Instructions for the task — Every record needs to be set down again without a single difference.

====

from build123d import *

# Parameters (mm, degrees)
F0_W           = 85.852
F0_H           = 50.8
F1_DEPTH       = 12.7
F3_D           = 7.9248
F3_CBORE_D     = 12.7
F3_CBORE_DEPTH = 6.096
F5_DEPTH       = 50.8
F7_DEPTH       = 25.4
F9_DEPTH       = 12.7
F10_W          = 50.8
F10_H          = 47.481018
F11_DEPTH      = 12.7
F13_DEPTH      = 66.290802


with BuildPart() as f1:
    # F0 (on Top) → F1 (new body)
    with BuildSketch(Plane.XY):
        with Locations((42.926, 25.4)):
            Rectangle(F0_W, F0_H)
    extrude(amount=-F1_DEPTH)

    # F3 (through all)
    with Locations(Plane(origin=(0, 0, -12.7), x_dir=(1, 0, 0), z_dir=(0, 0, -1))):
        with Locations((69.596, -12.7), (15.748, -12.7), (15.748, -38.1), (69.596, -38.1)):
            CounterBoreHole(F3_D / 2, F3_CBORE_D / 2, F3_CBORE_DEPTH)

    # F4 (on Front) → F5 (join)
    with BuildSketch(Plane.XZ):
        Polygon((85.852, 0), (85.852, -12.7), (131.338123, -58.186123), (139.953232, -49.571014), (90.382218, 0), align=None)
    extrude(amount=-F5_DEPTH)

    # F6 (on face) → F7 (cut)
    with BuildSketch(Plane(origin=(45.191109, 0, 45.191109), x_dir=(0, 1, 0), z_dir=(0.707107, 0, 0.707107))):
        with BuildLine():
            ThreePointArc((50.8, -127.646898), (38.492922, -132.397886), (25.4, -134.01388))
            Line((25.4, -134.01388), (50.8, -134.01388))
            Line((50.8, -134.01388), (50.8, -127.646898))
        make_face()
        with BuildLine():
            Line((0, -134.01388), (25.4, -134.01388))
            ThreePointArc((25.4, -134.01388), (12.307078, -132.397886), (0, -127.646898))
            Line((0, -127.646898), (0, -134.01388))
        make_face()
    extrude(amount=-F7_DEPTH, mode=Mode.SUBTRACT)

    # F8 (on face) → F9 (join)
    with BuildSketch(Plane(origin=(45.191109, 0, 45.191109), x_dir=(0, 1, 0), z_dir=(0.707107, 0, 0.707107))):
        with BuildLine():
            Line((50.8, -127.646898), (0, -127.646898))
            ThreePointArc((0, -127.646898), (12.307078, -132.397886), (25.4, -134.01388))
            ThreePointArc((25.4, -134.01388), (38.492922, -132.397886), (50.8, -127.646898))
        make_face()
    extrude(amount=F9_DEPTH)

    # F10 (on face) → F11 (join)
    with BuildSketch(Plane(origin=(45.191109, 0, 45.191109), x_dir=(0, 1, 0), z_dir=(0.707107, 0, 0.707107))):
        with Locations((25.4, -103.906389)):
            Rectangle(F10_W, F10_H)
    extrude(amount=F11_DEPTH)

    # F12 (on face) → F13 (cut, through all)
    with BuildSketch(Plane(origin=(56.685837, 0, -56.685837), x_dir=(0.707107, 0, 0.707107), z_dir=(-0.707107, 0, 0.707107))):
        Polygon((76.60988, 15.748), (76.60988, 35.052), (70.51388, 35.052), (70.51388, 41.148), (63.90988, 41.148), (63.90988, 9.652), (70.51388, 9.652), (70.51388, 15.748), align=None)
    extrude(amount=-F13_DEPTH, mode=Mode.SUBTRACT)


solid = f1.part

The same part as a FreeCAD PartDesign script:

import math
import FreeCAD as App
import Part
import Sketcher
Q = App.Units.Quantity

doc = App.newDocument("Part")
params = doc.addObject("Spreadsheet::Sheet", "Params")
for row, (alias, value) in enumerate([
    ("sketch1_height", "2 in"),
    ("sketch1_width", "3.38 in"),
    ("pad1_length", "0.5 in"),
    ("sketch2_diameter", "0.312 in"),
    ("hole_diameter", "0.312 in"),
    ("hole_cbore_diameter", "0.5 in"),
    ("hole_cbore_depth", "0.24 in"),
    ("sketch3_height", "0.5 in"),
    ("sketch3_length", "2.76 in"),
    ("pad2_length", "2 in"),
    ("sketch4_width", "1 in"),
    ("pocket1_length", "1 in"),
    ("sketch5_width", "2 in"),
    ("pad3_length", "0.5 in"),
    ("sketch6_width", "2 in"),
    ("pad4_length", "0.5 in"),
    ("sketch7_width", "0.24 in"),
    ("sketch7_width2", "0.26 in"),
], start=1):
    params.set(f"A{row}", alias)
    params.set(f"B{row}", "=" + value)
    params.setAlias(f"B{row}", alias)

body = doc.addObject("PartDesign::Body", "Body")

sketch1 = doc.addObject("Sketcher::SketchObject", "Sketch")
body.addObject(sketch1)
sketch1.AttachmentSupport = (doc.XY_Plane, [""])
sketch1.MapMode = "FlatFace"
sketch1.addGeometry(Part.LineSegment(App.Vector(0, 51, 0), App.Vector(0, 0, 0)), False)
sketch1.addGeometry(Part.LineSegment(App.Vector(0, 0, 0), App.Vector(86, 0, 0)), False)
sketch1.addGeometry(Part.LineSegment(App.Vector(86, 0, 0), App.Vector(86, 51, 0)), False)
sketch1.addGeometry(Part.LineSegment(App.Vector(86, 51, 0), App.Vector(0, 51, 0)), False)
sketch1.addConstraint(Sketcher.Constraint("Coincident", 0, 2, 1, 1))
sketch1.addConstraint(Sketcher.Constraint("Coincident", 1, 2, 2, 1))
sketch1.addConstraint(Sketcher.Constraint("Coincident", 2, 2, 3, 1))
sketch1.addConstraint(Sketcher.Constraint("Coincident", 3, 2, 0, 1))
sketch1.addConstraint(Sketcher.Constraint("Vertical", 0))
sketch1.addConstraint(Sketcher.Constraint("Horizontal", 1))
sketch1.addConstraint(Sketcher.Constraint("Vertical", 2))
sketch1.addConstraint(Sketcher.Constraint("Horizontal", 3))
sketch1.addConstraint(Sketcher.Constraint("Coincident", 0, 2, -1, 1))
sketch1.addConstraint(Sketcher.Constraint("DistanceY", 0, 2, 0, 1, Q("2 in")))
sketch1.addConstraint(Sketcher.Constraint("DistanceX", 1, 1, 1, 2, Q("3.38 in")))
sketch1.setExpression("Constraints[9]", "Params.sketch1_height")
sketch1.setExpression("Constraints[10]", "Params.sketch1_width")
pad1 = doc.addObject("PartDesign::Pad", "Pad")
body.addObject(pad1)
pad1.Profile = sketch1
pad1.setExpression("Length", "Params.pad1_length")
pad1.Reversed = True

sketch2 = doc.addObject("Sketcher::SketchObject", "Sketch001")
body.addObject(sketch2)
sketch2.AttachmentSupport = (doc.XY_Plane, [""])
sketch2.MapMode = "FlatFace"
sketch2.AttachmentOffset = App.Placement(App.Vector(0, 0, -0.5 * 25.4), App.Rotation())
sketch2.addGeometry(Part.Circle(App.Vector(69.6, 12.7, 0), App.Vector(0, 0, 1), 4), False)
sketch2.addGeometry(Part.Circle(App.Vector(15.7, 12.7, 0), App.Vector(0, 0, 1), 4), False)
sketch2.addGeometry(Part.Circle(App.Vector(15.7, 38.1, 0), App.Vector(0, 0, 1), 4), False)
sketch2.addGeometry(Part.Circle(App.Vector(69.6, 38.1, 0), App.Vector(0, 0, 1), 4), False)
sketch2.addConstraint(Sketcher.Constraint("Equal", 0, 1))
sketch2.addConstraint(Sketcher.Constraint("Equal", 1, 2))
sketch2.addConstraint(Sketcher.Constraint("Equal", 2, 3))
sketch2.addConstraint(Sketcher.Constraint("Horizontal", 0, 3, 1, 3))
sketch2.addConstraint(Sketcher.Constraint("Horizontal", 2, 3, 3, 3))
sketch2.addConstraint(Sketcher.Constraint("Vertical", 1, 3, 2, 3))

====

Finished task —
from build123d import *

# Parameters (mm, degrees)
F0_W           = 85.852
F0_H           = 50.8
F1_DEPTH       = 12.7
F3_D           = 7.9248
F3_CBORE_D     = 12.7
F3_CBORE_DEPTH = 6.096
F5_DEPTH       = 50.8
F7_DEPTH       = 25.4
F9_DEPTH       = 12.7
F10_W          = 50.8
F10_H          = 47.481018
F11_DEPTH      = 12.7
F13_DEPTH      = 66.290802


with BuildPart() as f1:
    # F0 (on Top) → F1 (new body)
    with BuildSketch(Plane.XY):
        with Locations((42.926, 25.4)):
            Rectangle(F0_W, F0_H)
    extrude(amount=-F1_DEPTH)

    # F3 (through all)
    with Locations(Plane(origin=(0, 0, -12.7), x_dir=(1, 0, 0), z_dir=(0, 0, -1))):
        with Locations((69.596, -12.7), (15.748, -12.7), (15.748, -38.1), (69.596, -38.1)):
            CounterBoreHole(F3_D / 2, F3_CBORE_D / 2, F3_CBORE_DEPTH)

    # F4 (on Front) → F5 (join)
    with BuildSketch(Plane.XZ):
        Polygon((85.852, 0), (85.852, -12.7), (131.338123, -58.186123), (139.953232, -49.571014), (90.382218, 0), align=None)
    extrude(amount=-F5_DEPTH)

    # F6 (on face) → F7 (cut)
    with BuildSketch(Plane(origin=(45.191109, 0, 45.191109), x_dir=(0, 1, 0), z_dir=(0.707107, 0, 0.707107))):
        with BuildLine():
            ThreePointArc((50.8, -127.646898), (38.492922, -132.397886), (25.4, -134.01388))
            Line((25.4, -134.01388), (50.8, -134.01388))
            Line((50.8, -134.01388), (50.8, -127.646898))
        make_face()
        with BuildLine():
            Line((0, -134.01388), (25.4, -134.01388))
            ThreePointArc((25.4, -134.01388), (12.307078, -132.397886), (0, -127.646898))
            Line((0, -127.646898), (0, -134.01388))
        make_face()
    extrude(amount=-F7_DEPTH, mode=Mode.SUBTRACT)

    # F8 (on face) → F9 (join)
    with BuildSketch(Plane(origin=(45.191109, 0, 45.191109), x_dir=(0, 1, 0), z_dir=(0.707107, 0, 0.707107))):
        with BuildLine():
            Line((50.8, -127.646898), (0, -127.646898))
            ThreePointArc((0, -127.646898), (12.307078, -132.397886), (25.4, -134.01388))
            ThreePointArc((25.4, -134.01388), (38.492922, -132.397886), (50.8, -127.646898))
        make_face()
    extrude(amount=F9_DEPTH)

    # F10 (on face) → F11 (join)
    with BuildSketch(Plane(origin=(45.191109, 0, 45.191109), x_dir=(0, 1, 0), z_dir=(0.707107, 0, 0.707107))):
        with Locations((25.4, -103.906389)):
            Rectangle(F10_W, F10_H)
    extrude(amount=F11_DEPTH)

    # F12 (on face) → F13 (cut, through all)
    with BuildSketch(Plane(origin=(56.685837, 0, -56.685837), x_dir=(0.707107, 0, 0.707107), z_dir=(-0.707107, 0, 0.707107))):
        Polygon((76.60988, 15.748), (76.60988, 35.052), (70.51388, 35.052), (70.51388, 41.148), (63.90988, 41.148), (63.90988, 9.652), (70.51388, 9.652), (70.51388, 15.748), align=None)
    extrude(amount=-F13_DEPTH, mode=Mode.SUBTRACT)


solid = f1.part

The same part as a FreeCAD PartDesign script:

import math
import FreeCAD as App
import Part
import Sketcher
Q = App.Units.Quantity

doc = App.newDocument("Part")
params = doc.addObject("Spreadsheet::Sheet", "Params")
for row, (alias, value) in enumerate([
    ("sketch1_height", "2 in"),
    ("sketch1_width", "3.38 in"),
    ("pad1_length", "0.5 in"),
    ("sketch2_diameter", "0.312 in"),
    ("hole_diameter", "0.312 in"),
    ("hole_cbore_diameter", "0.5 in"),
    ("hole_cbore_depth", "0.24 in"),
    ("sketch3_height", "0.5 in"),
    ("sketch3_length", "2.76 in"),
    ("pad2_length", "2 in"),
    ("sketch4_width", "1 in"),
    ("pocket1_length", "1 in"),
    ("sketch5_width", "2 in"),
    ("pad3_length", "0.5 in"),
    ("sketch6_width", "2 in"),
    ("pad4_length", "0.5 in"),
    ("sketch7_width", "0.24 in"),
    ("sketch7_width2", "0.26 in"),
], start=1):
    params.set(f"A{row}", alias)
    params.set(f"B{row}", "=" + value)
    params.setAlias(f"B{row}", alias)

body = doc.addObject("PartDesign::Body", "Body")

sketch1 = doc.addObject("Sketcher::SketchObject", "Sketch")
body.addObject(sketch1)
sketch1.AttachmentSupport = (doc.XY_Plane, [""])
sketch1.MapMode = "FlatFace"
sketch1.addGeometry(Part.LineSegment(App.Vector(0, 51, 0), App.Vector(0, 0, 0)), False)
sketch1.addGeometry(Part.LineSegment(App.Vector(0, 0, 0), App.Vector(86, 0, 0)), False)
sketch1.addGeometry(Part.LineSegment(App.Vector(86, 0, 0), App.Vector(86, 51, 0)), False)
sketch1.addGeometry(Part.LineSegment(App.Vector(86, 51, 0), App.Vector(0, 51, 0)), False)
sketch1.addConstraint(Sketcher.Constraint("Coincident", 0, 2, 1, 1))
sketch1.addConstraint(Sketcher.Constraint("Coincident", 1, 2, 2, 1))
sketch1.addConstraint(Sketcher.Constraint("Coincident", 2, 2, 3, 1))
sketch1.addConstraint(Sketcher.Constraint("Coincident", 3, 2, 0, 1))
sketch1.addConstraint(Sketcher.Constraint("Vertical", 0))
sketch1.addConstraint(Sketcher.Constraint("Horizontal", 1))
sketch1.addConstraint(Sketcher.Constraint("Vertical", 2))
sketch1.addConstraint(Sketcher.Constraint("Horizontal", 3))
sketch1.addConstraint(Sketcher.Constraint("Coincident", 0, 2, -1, 1))
sketch1.addConstraint(Sketcher.Constraint("DistanceY", 0, 2, 0, 1, Q("2 in")))
sketch1.addConstraint(Sketcher.Constraint("DistanceX", 1, 1, 1, 2, Q("3.38 in")))
sketch1.setExpression("Constraints[9]", "Params.sketch1_height")
sketch1.setExpression("Constraints[10]", "Params.sketch1_width")
pad1 = doc.addObject("PartDesign::Pad", "Pad")
body.addObject(pad1)
pad1.Profile = sketch1
pad1.setExpression("Length", "Params.pad1_length")
pad1.Reversed = True

sketch2 = doc.addObject("Sketcher::SketchObject", "Sketch001")
body.addObject(sketch2)
sketch2.AttachmentSupport = (doc.XY_Plane, [""])
sketch2.MapMode = "FlatFace"
sketch2.AttachmentOffset = App.Placement(App.Vector(0, 0, -0.5 * 25.4), App.Rotation())
sketch2.addGeometry(Part.Circle(App.Vector(69.6, 12.7, 0), App.Vector(0, 0, 1), 4), False)
sketch2.addGeometry(Part.Circle(App.Vector(15.7, 12.7, 0), App.Vector(0, 0, 1), 4), False)
sketch2.addGeometry(Part.Circle(App.Vector(15.7, 38.1, 0), App.Vector(0, 0, 1), 4), False)
sketch2.addGeometry(Part.Circle(App.Vector(69.6, 38.1, 0), App.Vector(0, 0, 1), 4), False)
sketch2.addConstraint(Sketcher.Constraint("Equal", 0, 1))
sketch2.addConstraint(Sketcher.Constraint("Equal", 1, 2))
sketch2.addConstraint(Sketcher.Constraint("Equal", 2, 3))
sketch2.addConstraint(Sketcher.Constraint("Horizontal", 0, 3, 1, 3))
sketch2.addConstraint(Sketcher.Constraint("Horizontal", 2, 3, 3, 3))
sketch2.addConstraint(Sketcher.Constraint("Vertical", 1, 3, 2, 3))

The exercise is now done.